In the technical scheme, the propeller shell 6 is provided with an air tightness detection port, and the air tightness detection port is provided with a plug 1. The air tightness detection port is used for detecting the air tightness of the propeller, water tightness in the propeller shell 6 is guaranteed, and the propeller is sealed through the plug 1 after detection is completed.
Among the above-mentioned technical scheme, motor 5 passes through motor fixing bolt 7 to be fixed on propeller casing 6, and motor 5's pivot is sealed through realizing between skeleton oil blanket 8 and the propeller protecgulum 18, and propeller protecgulum 18 passes through protecgulum fixing bolt 10 and propeller casing 6 fixed connection, passes through protecgulum sealing washer 9 sealing connection between propeller protecgulum 18 and the propeller casing 6.

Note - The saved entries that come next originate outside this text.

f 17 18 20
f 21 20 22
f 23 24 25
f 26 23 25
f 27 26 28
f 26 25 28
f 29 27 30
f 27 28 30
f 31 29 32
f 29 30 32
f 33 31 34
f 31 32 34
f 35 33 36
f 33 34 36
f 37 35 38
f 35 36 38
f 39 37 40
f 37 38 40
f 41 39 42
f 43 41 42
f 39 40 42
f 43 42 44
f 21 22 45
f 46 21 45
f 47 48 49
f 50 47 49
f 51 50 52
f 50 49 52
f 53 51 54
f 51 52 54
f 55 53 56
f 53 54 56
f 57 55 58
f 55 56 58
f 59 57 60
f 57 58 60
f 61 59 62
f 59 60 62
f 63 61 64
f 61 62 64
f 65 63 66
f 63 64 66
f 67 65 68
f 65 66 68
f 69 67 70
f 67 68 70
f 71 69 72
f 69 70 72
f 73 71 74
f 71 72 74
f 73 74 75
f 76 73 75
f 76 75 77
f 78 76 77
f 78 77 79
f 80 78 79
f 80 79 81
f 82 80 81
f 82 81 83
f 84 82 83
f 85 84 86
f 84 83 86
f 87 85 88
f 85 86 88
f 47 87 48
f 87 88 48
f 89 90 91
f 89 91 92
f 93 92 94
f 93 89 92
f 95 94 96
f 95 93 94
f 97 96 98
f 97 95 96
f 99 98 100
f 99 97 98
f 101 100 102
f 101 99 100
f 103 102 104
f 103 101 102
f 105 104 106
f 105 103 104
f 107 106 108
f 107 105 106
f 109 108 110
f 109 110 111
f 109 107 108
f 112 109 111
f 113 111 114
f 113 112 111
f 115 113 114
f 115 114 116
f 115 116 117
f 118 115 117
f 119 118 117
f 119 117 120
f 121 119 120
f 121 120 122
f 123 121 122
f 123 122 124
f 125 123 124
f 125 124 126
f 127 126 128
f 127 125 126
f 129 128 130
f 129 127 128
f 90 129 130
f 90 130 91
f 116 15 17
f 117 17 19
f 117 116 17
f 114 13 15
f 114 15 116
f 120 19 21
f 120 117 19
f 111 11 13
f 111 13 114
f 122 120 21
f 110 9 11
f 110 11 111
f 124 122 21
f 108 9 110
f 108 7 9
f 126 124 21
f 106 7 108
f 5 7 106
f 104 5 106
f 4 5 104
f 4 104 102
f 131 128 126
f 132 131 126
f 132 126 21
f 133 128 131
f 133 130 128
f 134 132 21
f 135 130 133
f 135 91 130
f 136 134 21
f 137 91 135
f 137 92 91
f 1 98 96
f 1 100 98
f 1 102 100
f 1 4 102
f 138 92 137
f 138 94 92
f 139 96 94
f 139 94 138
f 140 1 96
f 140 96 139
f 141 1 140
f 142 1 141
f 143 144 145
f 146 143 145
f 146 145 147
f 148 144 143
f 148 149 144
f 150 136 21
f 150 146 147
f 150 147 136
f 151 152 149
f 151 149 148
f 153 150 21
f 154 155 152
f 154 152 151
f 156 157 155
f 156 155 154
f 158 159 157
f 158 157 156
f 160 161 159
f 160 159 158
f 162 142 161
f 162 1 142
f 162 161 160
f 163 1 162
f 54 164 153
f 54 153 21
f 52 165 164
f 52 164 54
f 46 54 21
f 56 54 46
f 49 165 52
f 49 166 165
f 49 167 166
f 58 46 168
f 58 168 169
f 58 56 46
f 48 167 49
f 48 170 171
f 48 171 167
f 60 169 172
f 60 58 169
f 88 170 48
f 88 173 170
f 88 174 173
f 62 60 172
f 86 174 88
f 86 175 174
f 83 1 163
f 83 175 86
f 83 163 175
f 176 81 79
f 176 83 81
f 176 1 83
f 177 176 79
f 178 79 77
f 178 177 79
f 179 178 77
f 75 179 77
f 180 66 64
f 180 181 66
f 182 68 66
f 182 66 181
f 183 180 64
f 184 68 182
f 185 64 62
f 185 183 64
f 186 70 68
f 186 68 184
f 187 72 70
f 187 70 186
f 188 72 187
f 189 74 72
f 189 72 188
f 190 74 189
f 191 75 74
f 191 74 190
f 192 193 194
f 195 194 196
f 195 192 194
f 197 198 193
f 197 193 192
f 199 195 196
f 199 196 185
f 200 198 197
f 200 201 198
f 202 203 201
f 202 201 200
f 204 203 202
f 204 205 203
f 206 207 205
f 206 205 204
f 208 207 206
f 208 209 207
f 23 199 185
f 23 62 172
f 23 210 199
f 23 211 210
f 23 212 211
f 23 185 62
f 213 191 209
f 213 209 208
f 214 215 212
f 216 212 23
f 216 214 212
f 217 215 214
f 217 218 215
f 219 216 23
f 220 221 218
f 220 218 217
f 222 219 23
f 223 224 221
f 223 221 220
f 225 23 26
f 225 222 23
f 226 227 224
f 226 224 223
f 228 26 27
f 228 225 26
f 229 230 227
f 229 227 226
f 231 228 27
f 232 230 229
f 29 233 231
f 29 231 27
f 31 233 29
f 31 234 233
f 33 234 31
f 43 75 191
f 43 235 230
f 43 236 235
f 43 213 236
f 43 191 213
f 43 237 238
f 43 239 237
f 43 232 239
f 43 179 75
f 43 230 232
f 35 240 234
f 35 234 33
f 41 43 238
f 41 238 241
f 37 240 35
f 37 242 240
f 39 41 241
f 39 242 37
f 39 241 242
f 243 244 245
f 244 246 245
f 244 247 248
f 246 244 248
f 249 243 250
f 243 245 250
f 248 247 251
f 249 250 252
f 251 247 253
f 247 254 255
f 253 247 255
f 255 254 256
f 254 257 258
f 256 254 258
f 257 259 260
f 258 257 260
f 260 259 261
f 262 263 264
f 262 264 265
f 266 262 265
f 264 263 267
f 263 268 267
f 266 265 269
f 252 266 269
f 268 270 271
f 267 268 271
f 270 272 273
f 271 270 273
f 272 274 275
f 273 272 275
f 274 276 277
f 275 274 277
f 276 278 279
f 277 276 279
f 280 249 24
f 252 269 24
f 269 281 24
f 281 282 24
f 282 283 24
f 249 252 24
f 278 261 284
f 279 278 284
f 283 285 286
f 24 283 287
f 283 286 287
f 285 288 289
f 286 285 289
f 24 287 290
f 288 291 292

In the technical scheme, a front end cover 22 is arranged at one end of a propeller shaft mounting hole of the propeller front cover 18, a mechanical seal 20 is arranged between the front end cover 22 and the propeller shaft 17, a front end cover sealing ring 21 is arranged between the front end cover 22 and the propeller shaft mounting hole of the propeller front cover 18, a bearing gland 13 is fixed at the other end of the propeller shaft mounting hole of the propeller front cover 18 through a bearing gland fixing bolt 12, the bearing gland 13 and a limiting bulge 2 on the propeller shaft mounting hole axially limit the bearing 19, and a round nut 14 axially limit the bearing 19 is arranged on the propeller shaft 17.
In the above technical solution, the propeller front cover 18 is provided with the propeller cover 16 through the propeller cover fixing bolt 15, and the propeller 23 is fixed at one end of the propeller shaft 17 through the locknut 24.
According to the technical scheme, the drilling hole is formed in the nacelle rod which is at a certain distance from the bottom of the slip ring, the power line and the signal line which are connected with the slip ring and the stress sensor penetrate out of the drilling hole, and the power line and the signal line are connected with the power line and the signal line of the stress sensor through the waterproof box, so that the short circuit of the slip ring and the stress sensor circuit when the nacelle rod works in a severe environment is prevented. The nacelle pole is cut off in the drilling to it is sealed to glue at the latter half, prevents that water from flowing into the hub package through the drilling when navigating on abominable surface of water, causes motor and stress sensor circuit short circuit.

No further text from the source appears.